**Data for the task**.
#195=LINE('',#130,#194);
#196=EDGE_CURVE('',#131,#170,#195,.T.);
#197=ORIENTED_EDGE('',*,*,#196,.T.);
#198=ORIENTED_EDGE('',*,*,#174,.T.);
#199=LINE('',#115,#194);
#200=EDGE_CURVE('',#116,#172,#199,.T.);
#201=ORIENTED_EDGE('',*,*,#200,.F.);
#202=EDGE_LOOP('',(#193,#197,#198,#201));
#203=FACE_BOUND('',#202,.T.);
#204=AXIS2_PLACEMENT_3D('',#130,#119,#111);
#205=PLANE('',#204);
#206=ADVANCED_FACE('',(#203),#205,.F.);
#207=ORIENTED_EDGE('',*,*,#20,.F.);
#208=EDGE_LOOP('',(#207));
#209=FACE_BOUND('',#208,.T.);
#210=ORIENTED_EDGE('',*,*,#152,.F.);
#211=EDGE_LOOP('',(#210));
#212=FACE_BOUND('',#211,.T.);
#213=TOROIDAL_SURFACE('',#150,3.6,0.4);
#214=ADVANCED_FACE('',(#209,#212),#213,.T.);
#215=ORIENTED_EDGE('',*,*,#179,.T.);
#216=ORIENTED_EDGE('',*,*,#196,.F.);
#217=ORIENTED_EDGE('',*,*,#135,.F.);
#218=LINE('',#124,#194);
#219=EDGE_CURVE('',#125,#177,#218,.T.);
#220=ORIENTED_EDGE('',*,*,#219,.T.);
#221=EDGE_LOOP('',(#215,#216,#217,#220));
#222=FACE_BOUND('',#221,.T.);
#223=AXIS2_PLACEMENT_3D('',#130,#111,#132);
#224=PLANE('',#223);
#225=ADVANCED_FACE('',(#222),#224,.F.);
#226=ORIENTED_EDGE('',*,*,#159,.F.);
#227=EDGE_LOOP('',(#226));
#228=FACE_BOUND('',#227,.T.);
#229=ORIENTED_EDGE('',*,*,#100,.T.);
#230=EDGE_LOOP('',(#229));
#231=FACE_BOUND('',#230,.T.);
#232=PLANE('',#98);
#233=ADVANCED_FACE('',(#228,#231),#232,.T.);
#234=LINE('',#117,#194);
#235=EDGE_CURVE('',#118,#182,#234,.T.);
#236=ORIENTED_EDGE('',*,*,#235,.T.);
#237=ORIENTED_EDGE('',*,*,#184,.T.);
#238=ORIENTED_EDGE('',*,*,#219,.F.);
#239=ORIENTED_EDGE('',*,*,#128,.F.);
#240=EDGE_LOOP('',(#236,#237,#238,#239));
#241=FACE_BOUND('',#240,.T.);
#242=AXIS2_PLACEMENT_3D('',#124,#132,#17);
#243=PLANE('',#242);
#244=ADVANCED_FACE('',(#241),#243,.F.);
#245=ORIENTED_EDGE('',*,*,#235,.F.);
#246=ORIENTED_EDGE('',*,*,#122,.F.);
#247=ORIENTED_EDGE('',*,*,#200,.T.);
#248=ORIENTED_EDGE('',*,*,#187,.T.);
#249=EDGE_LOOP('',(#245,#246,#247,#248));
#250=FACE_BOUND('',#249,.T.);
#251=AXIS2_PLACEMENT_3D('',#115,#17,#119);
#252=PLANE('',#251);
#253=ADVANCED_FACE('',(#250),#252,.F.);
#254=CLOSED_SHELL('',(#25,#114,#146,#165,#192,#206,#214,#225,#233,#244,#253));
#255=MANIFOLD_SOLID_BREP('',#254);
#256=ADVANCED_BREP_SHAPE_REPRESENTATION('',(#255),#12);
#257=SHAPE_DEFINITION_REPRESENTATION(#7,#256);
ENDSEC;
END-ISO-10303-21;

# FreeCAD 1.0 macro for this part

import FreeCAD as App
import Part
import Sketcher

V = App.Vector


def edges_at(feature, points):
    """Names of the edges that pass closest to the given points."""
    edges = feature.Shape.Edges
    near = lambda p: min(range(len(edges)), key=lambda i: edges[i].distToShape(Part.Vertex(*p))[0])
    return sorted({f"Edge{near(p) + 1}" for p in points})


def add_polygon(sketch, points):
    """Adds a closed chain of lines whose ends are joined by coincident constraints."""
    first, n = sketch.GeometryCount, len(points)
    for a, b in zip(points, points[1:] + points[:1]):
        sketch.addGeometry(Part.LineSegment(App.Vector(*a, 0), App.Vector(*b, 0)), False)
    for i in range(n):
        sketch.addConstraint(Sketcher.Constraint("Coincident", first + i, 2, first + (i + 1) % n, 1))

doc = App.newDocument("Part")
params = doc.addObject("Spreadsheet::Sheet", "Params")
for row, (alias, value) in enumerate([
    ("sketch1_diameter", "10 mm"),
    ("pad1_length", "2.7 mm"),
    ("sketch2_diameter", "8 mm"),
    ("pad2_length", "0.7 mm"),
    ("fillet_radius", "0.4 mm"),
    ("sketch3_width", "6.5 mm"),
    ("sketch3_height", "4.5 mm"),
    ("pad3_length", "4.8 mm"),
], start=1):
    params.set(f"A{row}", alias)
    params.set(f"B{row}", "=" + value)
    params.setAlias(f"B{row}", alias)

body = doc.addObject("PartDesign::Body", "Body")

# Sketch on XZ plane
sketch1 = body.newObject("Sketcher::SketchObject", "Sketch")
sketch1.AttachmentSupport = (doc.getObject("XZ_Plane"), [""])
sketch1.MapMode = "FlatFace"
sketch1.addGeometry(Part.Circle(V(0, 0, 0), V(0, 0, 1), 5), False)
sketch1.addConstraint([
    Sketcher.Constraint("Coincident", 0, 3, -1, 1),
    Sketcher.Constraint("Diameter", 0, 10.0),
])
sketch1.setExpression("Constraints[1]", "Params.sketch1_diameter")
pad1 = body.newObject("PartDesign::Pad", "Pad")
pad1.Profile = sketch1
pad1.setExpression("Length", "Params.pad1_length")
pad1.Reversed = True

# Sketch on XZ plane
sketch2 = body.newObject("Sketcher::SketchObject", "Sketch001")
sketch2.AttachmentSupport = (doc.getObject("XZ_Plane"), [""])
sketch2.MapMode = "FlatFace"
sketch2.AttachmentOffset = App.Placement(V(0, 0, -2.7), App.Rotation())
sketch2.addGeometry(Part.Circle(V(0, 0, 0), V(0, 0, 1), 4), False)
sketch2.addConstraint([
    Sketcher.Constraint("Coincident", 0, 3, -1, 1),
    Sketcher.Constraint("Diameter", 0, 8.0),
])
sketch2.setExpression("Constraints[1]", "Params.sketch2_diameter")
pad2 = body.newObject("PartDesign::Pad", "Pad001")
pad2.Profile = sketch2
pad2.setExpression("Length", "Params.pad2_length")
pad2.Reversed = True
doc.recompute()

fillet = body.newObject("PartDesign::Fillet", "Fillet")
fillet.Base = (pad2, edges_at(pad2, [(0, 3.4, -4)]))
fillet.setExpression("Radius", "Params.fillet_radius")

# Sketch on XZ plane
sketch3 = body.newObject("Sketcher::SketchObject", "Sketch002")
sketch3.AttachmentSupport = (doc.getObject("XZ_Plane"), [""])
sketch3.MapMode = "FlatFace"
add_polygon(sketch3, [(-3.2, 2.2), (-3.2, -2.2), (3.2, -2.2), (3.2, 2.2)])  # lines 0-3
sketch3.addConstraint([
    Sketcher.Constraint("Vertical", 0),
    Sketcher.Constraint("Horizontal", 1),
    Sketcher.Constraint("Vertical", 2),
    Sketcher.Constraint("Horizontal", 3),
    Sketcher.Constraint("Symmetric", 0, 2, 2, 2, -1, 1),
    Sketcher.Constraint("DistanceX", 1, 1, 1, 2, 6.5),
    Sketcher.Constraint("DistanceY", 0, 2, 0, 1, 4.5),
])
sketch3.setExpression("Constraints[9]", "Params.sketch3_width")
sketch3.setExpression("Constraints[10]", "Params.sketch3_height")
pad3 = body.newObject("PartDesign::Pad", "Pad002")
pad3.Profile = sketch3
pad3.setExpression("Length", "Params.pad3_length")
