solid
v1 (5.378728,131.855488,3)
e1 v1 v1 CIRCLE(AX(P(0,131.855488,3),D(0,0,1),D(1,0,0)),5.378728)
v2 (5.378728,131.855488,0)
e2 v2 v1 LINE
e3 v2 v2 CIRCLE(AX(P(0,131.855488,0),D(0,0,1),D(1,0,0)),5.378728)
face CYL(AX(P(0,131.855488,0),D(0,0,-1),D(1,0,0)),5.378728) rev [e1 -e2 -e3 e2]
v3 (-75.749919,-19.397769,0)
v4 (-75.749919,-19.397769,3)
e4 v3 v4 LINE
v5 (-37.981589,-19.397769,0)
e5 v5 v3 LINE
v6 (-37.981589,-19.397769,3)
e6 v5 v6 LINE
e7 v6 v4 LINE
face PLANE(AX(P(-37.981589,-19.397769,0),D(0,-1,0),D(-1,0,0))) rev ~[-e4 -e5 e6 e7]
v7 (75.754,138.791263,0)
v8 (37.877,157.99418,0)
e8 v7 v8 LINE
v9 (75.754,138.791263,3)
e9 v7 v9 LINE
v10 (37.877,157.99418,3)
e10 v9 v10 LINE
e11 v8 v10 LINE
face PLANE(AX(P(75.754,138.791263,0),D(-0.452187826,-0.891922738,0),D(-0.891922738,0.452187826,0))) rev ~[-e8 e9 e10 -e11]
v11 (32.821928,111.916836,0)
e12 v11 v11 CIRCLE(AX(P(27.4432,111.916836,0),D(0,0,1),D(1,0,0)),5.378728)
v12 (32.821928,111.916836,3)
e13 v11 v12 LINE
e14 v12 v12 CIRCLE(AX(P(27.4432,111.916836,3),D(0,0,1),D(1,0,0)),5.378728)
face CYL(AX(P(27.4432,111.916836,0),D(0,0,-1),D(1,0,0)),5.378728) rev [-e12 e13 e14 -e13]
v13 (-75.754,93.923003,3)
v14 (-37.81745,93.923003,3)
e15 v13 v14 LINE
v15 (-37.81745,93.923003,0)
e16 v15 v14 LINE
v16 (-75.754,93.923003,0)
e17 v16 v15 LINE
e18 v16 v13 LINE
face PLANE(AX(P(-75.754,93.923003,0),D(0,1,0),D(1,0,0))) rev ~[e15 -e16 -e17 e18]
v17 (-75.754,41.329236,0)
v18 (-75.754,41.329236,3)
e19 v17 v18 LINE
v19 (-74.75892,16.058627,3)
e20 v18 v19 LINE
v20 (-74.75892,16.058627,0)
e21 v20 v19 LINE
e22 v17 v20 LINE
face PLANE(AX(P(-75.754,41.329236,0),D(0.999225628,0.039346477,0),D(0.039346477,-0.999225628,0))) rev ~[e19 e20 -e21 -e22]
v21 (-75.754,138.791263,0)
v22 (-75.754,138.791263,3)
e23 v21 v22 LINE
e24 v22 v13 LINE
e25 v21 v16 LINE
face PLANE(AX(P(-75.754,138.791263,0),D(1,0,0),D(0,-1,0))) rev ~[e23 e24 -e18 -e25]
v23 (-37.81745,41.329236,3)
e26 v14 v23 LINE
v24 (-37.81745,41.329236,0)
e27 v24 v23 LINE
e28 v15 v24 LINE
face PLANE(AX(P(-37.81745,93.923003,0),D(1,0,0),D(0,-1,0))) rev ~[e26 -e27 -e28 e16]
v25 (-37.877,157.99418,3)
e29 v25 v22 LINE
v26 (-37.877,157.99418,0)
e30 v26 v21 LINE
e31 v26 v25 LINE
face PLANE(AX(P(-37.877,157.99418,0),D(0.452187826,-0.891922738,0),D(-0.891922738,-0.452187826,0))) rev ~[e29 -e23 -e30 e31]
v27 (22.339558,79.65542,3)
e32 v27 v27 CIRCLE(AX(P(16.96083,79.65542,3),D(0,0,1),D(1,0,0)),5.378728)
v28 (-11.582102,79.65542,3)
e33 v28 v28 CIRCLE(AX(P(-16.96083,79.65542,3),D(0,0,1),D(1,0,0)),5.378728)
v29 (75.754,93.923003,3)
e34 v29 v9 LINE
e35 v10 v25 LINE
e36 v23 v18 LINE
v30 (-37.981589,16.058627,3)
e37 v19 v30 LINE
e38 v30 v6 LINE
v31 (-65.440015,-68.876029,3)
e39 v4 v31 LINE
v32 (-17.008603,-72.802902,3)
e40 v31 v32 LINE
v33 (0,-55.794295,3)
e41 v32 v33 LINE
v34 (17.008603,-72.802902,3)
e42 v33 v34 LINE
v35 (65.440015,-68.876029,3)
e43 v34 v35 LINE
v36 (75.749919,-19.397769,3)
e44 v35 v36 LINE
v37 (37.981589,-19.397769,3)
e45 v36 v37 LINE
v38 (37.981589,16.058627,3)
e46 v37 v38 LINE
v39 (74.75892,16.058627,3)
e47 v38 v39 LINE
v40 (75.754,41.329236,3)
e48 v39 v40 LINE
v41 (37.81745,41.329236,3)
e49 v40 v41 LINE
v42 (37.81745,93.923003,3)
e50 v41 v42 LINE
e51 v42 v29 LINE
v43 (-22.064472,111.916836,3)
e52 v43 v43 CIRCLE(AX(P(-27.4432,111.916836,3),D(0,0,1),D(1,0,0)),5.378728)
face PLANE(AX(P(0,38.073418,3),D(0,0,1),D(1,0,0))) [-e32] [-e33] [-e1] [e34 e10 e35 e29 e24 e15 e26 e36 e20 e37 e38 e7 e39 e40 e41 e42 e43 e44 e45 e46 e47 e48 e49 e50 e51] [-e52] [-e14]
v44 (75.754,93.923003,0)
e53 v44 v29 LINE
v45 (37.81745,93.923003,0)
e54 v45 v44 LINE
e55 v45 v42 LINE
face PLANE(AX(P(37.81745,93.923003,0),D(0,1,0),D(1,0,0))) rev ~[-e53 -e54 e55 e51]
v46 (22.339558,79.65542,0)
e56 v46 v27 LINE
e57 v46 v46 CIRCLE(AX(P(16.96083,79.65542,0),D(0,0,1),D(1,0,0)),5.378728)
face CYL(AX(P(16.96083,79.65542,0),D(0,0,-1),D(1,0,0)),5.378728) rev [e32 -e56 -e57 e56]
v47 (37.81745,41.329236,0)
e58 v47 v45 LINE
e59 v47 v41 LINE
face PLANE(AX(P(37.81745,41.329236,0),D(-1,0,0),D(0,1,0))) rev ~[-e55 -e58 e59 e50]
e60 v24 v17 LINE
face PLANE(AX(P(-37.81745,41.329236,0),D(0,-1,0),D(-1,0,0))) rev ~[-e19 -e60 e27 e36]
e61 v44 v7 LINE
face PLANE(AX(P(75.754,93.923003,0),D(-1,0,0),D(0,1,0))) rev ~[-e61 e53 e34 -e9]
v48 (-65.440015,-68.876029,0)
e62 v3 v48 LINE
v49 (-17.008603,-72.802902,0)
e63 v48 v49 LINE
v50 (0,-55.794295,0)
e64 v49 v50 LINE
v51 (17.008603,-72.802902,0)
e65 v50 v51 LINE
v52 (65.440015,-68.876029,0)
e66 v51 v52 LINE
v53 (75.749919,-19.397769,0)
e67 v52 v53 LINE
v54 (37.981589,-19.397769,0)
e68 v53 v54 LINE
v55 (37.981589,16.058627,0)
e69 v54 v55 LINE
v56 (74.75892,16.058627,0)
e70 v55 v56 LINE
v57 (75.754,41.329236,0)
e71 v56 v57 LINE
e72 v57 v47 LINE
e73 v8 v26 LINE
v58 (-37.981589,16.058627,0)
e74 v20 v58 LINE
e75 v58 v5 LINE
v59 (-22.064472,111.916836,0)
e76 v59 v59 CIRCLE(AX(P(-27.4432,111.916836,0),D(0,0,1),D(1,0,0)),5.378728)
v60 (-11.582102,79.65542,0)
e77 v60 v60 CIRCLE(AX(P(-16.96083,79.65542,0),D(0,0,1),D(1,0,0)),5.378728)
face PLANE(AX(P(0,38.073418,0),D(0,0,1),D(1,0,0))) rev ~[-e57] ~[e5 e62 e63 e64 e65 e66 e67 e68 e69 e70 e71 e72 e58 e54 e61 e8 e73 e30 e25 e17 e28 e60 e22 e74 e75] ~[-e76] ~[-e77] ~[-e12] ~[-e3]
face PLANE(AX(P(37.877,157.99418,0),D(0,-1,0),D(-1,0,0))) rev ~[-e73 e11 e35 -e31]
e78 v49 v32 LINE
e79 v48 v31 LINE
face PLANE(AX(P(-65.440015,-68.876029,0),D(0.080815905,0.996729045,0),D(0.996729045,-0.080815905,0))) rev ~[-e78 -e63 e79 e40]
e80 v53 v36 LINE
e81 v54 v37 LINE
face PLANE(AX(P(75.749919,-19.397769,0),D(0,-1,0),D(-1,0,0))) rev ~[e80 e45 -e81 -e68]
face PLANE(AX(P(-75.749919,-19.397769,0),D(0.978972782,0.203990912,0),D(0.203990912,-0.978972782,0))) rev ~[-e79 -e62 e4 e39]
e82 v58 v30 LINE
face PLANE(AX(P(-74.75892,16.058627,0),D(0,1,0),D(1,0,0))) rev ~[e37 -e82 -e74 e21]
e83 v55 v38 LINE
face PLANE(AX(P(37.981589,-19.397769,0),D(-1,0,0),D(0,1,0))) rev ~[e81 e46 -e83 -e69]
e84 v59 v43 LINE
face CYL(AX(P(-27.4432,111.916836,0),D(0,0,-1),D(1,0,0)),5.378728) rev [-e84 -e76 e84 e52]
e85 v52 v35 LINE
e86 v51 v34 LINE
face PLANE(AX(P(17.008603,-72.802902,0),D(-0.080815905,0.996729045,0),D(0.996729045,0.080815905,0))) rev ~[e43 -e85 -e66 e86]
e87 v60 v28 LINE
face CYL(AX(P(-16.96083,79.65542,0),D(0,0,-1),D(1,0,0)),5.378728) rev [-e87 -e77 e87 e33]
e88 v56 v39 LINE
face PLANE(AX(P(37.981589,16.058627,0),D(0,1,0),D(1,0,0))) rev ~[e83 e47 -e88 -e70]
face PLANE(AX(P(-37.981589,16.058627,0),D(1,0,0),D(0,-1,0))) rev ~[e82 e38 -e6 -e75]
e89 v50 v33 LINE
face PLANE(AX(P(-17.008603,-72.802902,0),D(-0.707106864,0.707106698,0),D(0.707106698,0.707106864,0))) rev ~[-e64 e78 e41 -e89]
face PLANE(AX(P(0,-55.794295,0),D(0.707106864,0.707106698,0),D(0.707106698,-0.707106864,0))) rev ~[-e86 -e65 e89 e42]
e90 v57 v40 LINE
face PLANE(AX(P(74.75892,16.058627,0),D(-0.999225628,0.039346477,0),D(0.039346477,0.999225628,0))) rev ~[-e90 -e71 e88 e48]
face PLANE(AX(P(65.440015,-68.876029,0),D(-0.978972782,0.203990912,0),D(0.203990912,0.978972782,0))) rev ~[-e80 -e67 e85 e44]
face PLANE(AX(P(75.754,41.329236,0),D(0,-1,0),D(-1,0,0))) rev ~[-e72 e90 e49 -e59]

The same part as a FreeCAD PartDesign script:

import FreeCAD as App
import Part
import Sketcher

V = App.Vector


def add_polygon(sketch, points):
    """Adds a closed chain of lines whose ends are joined by coincident constraints."""
    first, n = sketch.GeometryCount, len(points)
    for a, b in zip(points, points[1:] + points[:1]):
        sketch.addGeometry(Part.LineSegment(App.Vector(*a, 0), App.Vector(*b, 0)), False)
    for i in range(n):
        sketch.addConstraint(Sketcher.Constraint("Coincident", first + i, 2, first + (i + 1) % n, 1))

doc = App.newDocument("Part")
body = doc.addObject("PartDesign::Body", "Body")

# Sketch on XY plane
sketch1 = body.newObject("Sketcher::SketchObject", "Sketch")
sketch1.AttachmentSupport = (doc.getObject("XY_Plane"), [""])
sketch1.MapMode = "FlatFace"
add_polygon(sketch1, [(38, 158), (-38, 158), (-76, 139), (-76, 94), (-38, 94), (-38, 41), (-76, 41), (-75, 16), (-38, 16), (-38, -19), (-76, -19), (-65, -69), (-17, -73), (0, -56), (17, -73), (65, -69), (76, -19), (38, -19), (38, 16), (75, 16), (76, 41), (38, 41), (38, 94), (76, 94), (76, 139)])  # lines 0-24
sketch1.addGeometry(Part.Circle(V(-17, 80, 0), V(0, 0, 1), 5), False)  # 25
sketch1.addGeometry(Part.Circle(V(17, 80, 0), V(0, 0, 1), 5), False)  # 26
sketch1.addGeometry(Part.Circle(V(-27, 112, 0), V(0, 0, 1), 5), False)  # 27
sketch1.addGeometry(Part.Circle(V(27, 112, 0), V(0, 0, 1), 5), False)  # 28
sketch1.addGeometry(Part.Circle(V(0, 132, 0), V(0, 0, 1), 5), False)  # 29
sketch1.addConstraint([
    Sketcher.Constraint("Horizontal", 0),
    Sketcher.Constraint("Vertical", 2),
    Sketcher.Constraint("Horizontal", 3),
    Sketcher.Constraint("Vertical", 4),
    Sketcher.Constraint("Horizontal", 5),
    Sketcher.Constraint("Horizontal", 7),
    Sketcher.Constraint("Vertical", 8),
    Sketcher.Constraint("Horizontal", 9),
    Sketcher.Constraint("Horizontal", 16),
    Sketcher.Constraint("Vertical", 17),
    Sketcher.Constraint("Horizontal", 18),
    Sketcher.Constraint("Horizontal", 20),
    Sketcher.Constraint("Vertical", 21),
    Sketcher.Constraint("Horizontal", 22),
    Sketcher.Constraint("Vertical", 23),
    Sketcher.Constraint("Equal", 25, 26),
    Sketcher.Constraint("Equal", 26, 27),
    Sketcher.Constraint("Equal", 27, 28),
    Sketcher.Constraint("Equal", 28, 29),
    Sketcher.Constraint("Symmetric", 25, 3, 26, 3, -2),
    Sketcher.Constraint("Symmetric", 27, 3, 28, 3, -2),
    Sketcher.Constraint("Symmetric", 11, 2, 13, 2, -2),
    Sketcher.Constraint("Symmetric", 10, 2, 14, 2, -2),
    Sketcher.Constraint("Symmetric", 9, 2, 15, 2, -2),
    Sketcher.Constraint("Symmetric", 7, 2, 17, 2, -2),
    Sketcher.Constraint("Symmetric", 5, 2, 19, 2, -2),
    Sketcher.Constraint("Symmetric", 3, 2, 21, 2, -2),
    Sketcher.Constraint("Symmetric", 1, 2, 23, 2, -2),
    Sketcher.Constraint("PointOnObject", 29, 3, -2),
    Sketcher.Constraint("PointOnObject", 12, 2, -2),
    Sketcher.Constraint("Perpendicular", 12, 13),
    Sketcher.Constraint("Vertical", 2, 2, 5, 2),
    Sketcher.Constraint("Equal", 7, 18),
    Sketcher.Constraint("Equal", 1, 24),
    Sketcher.Constraint("DistanceX", 0, 2, 0, 1, 75.754),
    Sketcher.Constraint("Diameter", 25, 10.757456),
    Sketcher.Constraint("DistanceX", 1, 2, -1, 1, 75.754),
    Sketcher.Constraint("DistanceX", 9, 2, 6, 2, 0.990999),
    Sketcher.Constraint("Distance", 12, 24.0538),
    Sketcher.Constraint("DistanceX", 3, 1, 3, 2, 37.93655),
    Sketcher.Constraint("DistanceX", 7, 1, 7, 2, 36.777331),
    Sketcher.Constraint("DistanceY", 2, 2, 2, 1, 44.86826),
    Sketcher.Constraint("DistanceX", 27, 3, -1, 1, 27.4432),
    Sketcher.Constraint("DistanceY", 4, 2, 27, 3, 70.5876),
    Sketcher.Constraint("Distance", 11, 48.590349),
    Sketcher.Constraint("DistanceY", 4, 2, 4, 1, 52.593767),
    Sketcher.Constraint("DistanceY", 8, 2, 8, 1, 35.456396),
    Sketcher.Constraint("DistanceX", 25, 3, -1, 1, 16.96083),
    Sketcher.Constraint("DistanceY", -1, 1, 25, 3, 79.65542),
    Sketcher.Constraint("DistanceY", -1, 1, 29, 3, 131.855488),
    Sketcher.Constraint("DistanceY", -1, 1, 0, 2, 157.99418),
    Sketcher.Constraint("DistanceX", 6, 2, -1, 1, 74.75892),
    Sketcher.Constraint("DistanceY", 8, 2, -1, 1, 19.397769),
    Sketcher.Constraint("DistanceY", 10, 2, -1, 1, 68.876029),
    Sketcher.Constraint("DistanceY", 6, 2, 5, 2, 25.270609),
    Sketcher.Constraint("DistanceY", 11, 2, 7, 2, 88.861529),
])
pad1 = body.newObject("PartDesign::Pad", "Pad")
pad1.Profile = sketch1
pad1.Length = 3

doc.recompute()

**Problem**.
Scan the material for the word "value". Return every line where it is found.

**Task response**.
for row, (alias, value) in enumerate([
    params.set(f"B{row}", "=" + value)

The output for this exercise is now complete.